Given data START

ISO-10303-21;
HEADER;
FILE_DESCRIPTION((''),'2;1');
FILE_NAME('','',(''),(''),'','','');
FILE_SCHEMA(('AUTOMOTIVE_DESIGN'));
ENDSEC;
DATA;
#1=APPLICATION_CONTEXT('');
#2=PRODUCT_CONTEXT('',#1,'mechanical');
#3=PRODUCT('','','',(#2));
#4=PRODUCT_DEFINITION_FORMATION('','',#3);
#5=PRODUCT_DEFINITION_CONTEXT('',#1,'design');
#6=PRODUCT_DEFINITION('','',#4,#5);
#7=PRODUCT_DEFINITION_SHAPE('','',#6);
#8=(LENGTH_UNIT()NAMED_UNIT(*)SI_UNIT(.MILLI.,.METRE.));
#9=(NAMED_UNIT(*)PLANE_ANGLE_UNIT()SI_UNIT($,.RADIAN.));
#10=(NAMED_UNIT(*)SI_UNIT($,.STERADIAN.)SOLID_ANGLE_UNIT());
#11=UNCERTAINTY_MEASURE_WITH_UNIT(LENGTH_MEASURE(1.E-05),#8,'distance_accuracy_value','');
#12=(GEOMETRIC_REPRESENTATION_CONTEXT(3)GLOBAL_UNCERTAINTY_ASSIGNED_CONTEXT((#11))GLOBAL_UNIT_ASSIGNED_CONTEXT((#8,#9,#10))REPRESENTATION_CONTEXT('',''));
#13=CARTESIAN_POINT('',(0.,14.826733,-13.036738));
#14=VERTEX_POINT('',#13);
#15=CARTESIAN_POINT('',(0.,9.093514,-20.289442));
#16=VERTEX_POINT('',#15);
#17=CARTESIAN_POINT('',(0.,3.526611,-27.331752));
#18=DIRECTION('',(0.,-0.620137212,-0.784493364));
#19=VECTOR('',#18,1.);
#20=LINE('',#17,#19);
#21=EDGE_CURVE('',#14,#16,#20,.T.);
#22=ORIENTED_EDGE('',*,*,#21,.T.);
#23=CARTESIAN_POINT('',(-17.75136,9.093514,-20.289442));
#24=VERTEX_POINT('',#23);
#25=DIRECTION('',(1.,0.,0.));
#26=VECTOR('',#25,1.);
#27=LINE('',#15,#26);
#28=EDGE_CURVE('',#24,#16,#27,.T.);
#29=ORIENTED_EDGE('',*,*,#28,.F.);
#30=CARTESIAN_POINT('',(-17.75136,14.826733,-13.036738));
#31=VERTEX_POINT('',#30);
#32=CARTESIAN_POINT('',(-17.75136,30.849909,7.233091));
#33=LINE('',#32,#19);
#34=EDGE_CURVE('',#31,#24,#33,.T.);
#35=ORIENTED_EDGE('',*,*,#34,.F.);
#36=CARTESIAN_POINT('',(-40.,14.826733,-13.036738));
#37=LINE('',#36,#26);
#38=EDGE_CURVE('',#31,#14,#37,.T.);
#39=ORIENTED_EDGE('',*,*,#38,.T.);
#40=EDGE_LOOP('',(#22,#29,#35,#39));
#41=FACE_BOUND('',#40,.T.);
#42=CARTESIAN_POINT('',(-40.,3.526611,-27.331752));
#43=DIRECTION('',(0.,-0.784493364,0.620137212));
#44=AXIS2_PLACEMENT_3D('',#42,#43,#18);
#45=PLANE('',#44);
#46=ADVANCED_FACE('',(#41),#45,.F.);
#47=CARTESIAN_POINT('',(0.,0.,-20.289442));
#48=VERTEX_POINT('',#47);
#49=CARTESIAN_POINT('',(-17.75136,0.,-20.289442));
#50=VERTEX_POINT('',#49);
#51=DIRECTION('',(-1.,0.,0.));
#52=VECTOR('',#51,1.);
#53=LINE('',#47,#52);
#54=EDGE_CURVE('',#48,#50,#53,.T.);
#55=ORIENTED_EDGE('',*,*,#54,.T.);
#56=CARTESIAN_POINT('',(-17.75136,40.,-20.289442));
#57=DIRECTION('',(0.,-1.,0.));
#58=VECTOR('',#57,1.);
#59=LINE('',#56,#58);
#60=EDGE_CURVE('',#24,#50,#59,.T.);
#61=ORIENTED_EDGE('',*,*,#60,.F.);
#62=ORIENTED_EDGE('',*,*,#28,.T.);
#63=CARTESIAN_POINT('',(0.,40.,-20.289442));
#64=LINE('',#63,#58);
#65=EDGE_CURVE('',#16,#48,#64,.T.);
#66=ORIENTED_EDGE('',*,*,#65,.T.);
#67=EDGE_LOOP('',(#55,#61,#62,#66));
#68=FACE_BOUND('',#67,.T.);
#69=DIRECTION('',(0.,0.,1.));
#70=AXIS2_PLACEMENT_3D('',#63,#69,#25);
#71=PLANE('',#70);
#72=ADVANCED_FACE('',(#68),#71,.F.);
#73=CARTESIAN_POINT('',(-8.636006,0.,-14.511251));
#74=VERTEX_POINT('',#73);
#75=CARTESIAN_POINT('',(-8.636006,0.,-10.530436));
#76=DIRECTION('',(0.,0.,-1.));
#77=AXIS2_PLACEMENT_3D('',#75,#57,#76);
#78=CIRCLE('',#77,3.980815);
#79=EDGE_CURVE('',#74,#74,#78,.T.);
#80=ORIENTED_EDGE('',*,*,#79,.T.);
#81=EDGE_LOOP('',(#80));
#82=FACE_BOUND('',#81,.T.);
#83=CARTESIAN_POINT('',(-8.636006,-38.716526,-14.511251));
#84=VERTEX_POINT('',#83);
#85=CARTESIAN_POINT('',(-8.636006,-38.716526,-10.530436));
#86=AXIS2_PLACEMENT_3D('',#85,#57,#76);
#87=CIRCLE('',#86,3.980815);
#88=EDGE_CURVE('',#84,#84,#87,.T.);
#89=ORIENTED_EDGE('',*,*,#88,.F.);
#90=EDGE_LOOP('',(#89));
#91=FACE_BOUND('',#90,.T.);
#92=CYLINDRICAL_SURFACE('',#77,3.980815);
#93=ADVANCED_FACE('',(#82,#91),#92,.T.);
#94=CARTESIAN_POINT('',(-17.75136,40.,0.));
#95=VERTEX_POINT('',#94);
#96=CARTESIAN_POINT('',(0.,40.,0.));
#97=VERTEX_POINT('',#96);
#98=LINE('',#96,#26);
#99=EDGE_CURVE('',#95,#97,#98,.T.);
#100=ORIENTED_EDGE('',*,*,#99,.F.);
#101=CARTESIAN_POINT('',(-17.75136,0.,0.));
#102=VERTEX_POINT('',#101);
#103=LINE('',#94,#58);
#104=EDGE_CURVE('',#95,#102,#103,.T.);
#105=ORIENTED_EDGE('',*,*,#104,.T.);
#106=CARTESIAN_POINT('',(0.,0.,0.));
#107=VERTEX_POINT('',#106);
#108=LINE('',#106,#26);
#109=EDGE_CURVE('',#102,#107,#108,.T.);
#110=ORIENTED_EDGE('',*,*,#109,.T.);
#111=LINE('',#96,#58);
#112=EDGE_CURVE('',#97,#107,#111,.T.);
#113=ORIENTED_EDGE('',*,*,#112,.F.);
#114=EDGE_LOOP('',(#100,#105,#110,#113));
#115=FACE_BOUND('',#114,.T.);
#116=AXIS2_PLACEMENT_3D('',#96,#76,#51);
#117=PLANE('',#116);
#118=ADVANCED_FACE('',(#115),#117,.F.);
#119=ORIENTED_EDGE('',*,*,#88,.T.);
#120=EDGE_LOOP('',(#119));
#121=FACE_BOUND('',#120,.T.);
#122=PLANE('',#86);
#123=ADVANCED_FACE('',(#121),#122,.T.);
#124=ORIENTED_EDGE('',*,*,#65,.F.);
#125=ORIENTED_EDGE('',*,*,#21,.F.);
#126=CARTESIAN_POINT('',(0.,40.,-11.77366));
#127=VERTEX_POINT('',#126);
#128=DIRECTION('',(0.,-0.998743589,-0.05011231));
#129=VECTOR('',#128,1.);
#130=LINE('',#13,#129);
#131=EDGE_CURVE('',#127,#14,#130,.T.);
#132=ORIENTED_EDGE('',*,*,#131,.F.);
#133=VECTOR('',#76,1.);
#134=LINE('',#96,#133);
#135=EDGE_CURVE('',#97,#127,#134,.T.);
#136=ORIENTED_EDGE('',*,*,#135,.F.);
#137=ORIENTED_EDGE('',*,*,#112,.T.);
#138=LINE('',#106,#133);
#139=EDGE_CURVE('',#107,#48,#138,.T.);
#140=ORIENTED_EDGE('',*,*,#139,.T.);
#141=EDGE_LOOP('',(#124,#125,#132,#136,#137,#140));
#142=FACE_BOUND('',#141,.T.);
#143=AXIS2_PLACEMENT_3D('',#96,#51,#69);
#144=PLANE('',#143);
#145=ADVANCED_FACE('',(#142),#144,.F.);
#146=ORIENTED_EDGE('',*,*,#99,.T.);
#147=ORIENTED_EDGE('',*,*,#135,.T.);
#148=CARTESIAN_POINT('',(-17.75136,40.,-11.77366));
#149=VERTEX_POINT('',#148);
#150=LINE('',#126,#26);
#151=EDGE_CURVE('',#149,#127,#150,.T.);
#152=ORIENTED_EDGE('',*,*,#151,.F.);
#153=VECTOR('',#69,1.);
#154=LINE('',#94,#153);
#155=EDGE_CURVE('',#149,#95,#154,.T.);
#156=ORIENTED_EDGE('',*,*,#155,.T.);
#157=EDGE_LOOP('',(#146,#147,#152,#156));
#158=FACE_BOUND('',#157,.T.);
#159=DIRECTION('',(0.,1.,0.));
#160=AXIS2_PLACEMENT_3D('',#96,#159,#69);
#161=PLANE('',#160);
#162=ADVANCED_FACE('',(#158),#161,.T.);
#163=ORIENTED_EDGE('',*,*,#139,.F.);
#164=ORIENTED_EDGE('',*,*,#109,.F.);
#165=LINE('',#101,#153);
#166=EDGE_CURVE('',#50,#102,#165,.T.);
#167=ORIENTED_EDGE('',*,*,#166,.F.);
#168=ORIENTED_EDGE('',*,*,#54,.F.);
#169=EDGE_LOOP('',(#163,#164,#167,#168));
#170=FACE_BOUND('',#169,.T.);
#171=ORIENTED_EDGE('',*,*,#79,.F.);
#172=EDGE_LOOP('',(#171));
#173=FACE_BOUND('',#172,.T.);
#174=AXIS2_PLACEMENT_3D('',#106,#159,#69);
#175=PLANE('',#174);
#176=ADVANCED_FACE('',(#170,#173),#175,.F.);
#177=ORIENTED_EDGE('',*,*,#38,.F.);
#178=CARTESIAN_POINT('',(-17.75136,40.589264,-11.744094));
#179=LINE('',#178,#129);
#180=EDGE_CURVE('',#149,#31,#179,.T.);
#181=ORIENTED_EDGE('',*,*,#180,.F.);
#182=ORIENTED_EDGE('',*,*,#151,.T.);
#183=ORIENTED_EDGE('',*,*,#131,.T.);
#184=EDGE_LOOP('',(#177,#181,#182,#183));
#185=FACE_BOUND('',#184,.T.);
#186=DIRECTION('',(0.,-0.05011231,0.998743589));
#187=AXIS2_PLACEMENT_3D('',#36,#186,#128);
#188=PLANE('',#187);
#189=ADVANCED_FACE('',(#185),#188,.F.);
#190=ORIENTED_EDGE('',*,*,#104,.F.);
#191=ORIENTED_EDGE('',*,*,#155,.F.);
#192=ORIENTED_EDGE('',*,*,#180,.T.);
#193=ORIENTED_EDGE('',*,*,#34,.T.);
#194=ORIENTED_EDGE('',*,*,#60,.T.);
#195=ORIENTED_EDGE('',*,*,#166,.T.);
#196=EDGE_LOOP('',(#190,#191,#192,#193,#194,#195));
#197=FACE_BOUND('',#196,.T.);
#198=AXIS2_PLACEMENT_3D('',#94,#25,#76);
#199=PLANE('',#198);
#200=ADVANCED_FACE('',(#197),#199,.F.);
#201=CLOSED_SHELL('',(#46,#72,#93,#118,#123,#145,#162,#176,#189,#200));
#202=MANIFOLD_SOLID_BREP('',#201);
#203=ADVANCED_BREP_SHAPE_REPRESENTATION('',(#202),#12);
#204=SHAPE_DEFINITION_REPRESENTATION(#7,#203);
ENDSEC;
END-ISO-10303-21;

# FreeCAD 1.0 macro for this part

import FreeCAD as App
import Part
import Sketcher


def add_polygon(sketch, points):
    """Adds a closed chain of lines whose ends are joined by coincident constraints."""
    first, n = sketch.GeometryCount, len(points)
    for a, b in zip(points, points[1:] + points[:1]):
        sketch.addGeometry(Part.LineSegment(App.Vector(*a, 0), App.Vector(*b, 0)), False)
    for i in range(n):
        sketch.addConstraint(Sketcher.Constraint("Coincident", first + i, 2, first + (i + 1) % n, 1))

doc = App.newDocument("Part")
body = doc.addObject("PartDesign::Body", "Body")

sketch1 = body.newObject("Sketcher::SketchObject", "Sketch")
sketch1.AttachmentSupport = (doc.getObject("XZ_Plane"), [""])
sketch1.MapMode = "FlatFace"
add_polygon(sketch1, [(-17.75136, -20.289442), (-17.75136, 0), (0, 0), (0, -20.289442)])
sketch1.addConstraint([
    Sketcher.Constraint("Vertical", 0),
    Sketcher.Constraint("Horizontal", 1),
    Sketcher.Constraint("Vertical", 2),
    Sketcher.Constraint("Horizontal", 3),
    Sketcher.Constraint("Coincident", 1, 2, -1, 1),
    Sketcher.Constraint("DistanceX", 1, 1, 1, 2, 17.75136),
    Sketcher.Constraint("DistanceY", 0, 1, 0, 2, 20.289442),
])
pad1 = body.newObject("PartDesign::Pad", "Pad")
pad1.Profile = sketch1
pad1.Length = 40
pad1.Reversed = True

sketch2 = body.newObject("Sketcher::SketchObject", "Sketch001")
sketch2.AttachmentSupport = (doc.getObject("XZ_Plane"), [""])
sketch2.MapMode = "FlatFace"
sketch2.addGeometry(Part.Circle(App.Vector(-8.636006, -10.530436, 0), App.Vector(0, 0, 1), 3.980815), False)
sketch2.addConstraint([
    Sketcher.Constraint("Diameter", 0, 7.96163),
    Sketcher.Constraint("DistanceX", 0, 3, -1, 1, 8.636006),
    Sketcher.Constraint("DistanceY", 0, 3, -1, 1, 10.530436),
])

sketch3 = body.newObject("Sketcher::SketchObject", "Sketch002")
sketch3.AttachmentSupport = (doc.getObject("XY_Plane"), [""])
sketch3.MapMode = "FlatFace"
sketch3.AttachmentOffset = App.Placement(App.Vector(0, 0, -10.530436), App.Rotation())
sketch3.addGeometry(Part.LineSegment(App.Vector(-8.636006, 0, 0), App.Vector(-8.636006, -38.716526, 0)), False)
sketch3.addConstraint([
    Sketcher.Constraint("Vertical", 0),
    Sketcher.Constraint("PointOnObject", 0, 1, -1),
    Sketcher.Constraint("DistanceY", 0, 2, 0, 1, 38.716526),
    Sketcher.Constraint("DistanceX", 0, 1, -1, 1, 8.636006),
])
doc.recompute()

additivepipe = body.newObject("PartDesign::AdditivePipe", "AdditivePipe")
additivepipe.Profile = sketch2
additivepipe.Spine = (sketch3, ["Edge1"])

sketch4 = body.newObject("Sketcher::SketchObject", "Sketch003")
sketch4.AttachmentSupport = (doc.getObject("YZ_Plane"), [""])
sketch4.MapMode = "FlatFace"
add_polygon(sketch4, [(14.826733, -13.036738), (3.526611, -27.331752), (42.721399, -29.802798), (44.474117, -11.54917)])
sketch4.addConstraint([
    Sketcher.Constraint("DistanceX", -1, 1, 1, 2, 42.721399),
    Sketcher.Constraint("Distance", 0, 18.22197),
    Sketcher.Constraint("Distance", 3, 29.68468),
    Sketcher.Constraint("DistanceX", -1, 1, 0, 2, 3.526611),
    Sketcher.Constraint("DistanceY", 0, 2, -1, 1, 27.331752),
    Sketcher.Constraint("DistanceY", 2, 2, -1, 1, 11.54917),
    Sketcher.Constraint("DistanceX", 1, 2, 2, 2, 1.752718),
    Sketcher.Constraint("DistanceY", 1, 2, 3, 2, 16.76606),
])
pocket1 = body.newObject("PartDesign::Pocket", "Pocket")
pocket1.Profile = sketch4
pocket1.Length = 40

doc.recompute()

Given data END

* _The problem_: Everything above from the line containing "#204=SHAPE_DEFINITION_REPRESENTATION(#7,#203);" through the line containing "# FreeCAD 1.0 macro for this part" must be copied exactly. Nothing outside that range belongs in the answer.

* _Solved problem_:
#204=SHAPE_DEFINITION_REPRESENTATION(#7,#203);
ENDSEC;
END-ISO-10303-21;

# FreeCAD 1.0 macro for this part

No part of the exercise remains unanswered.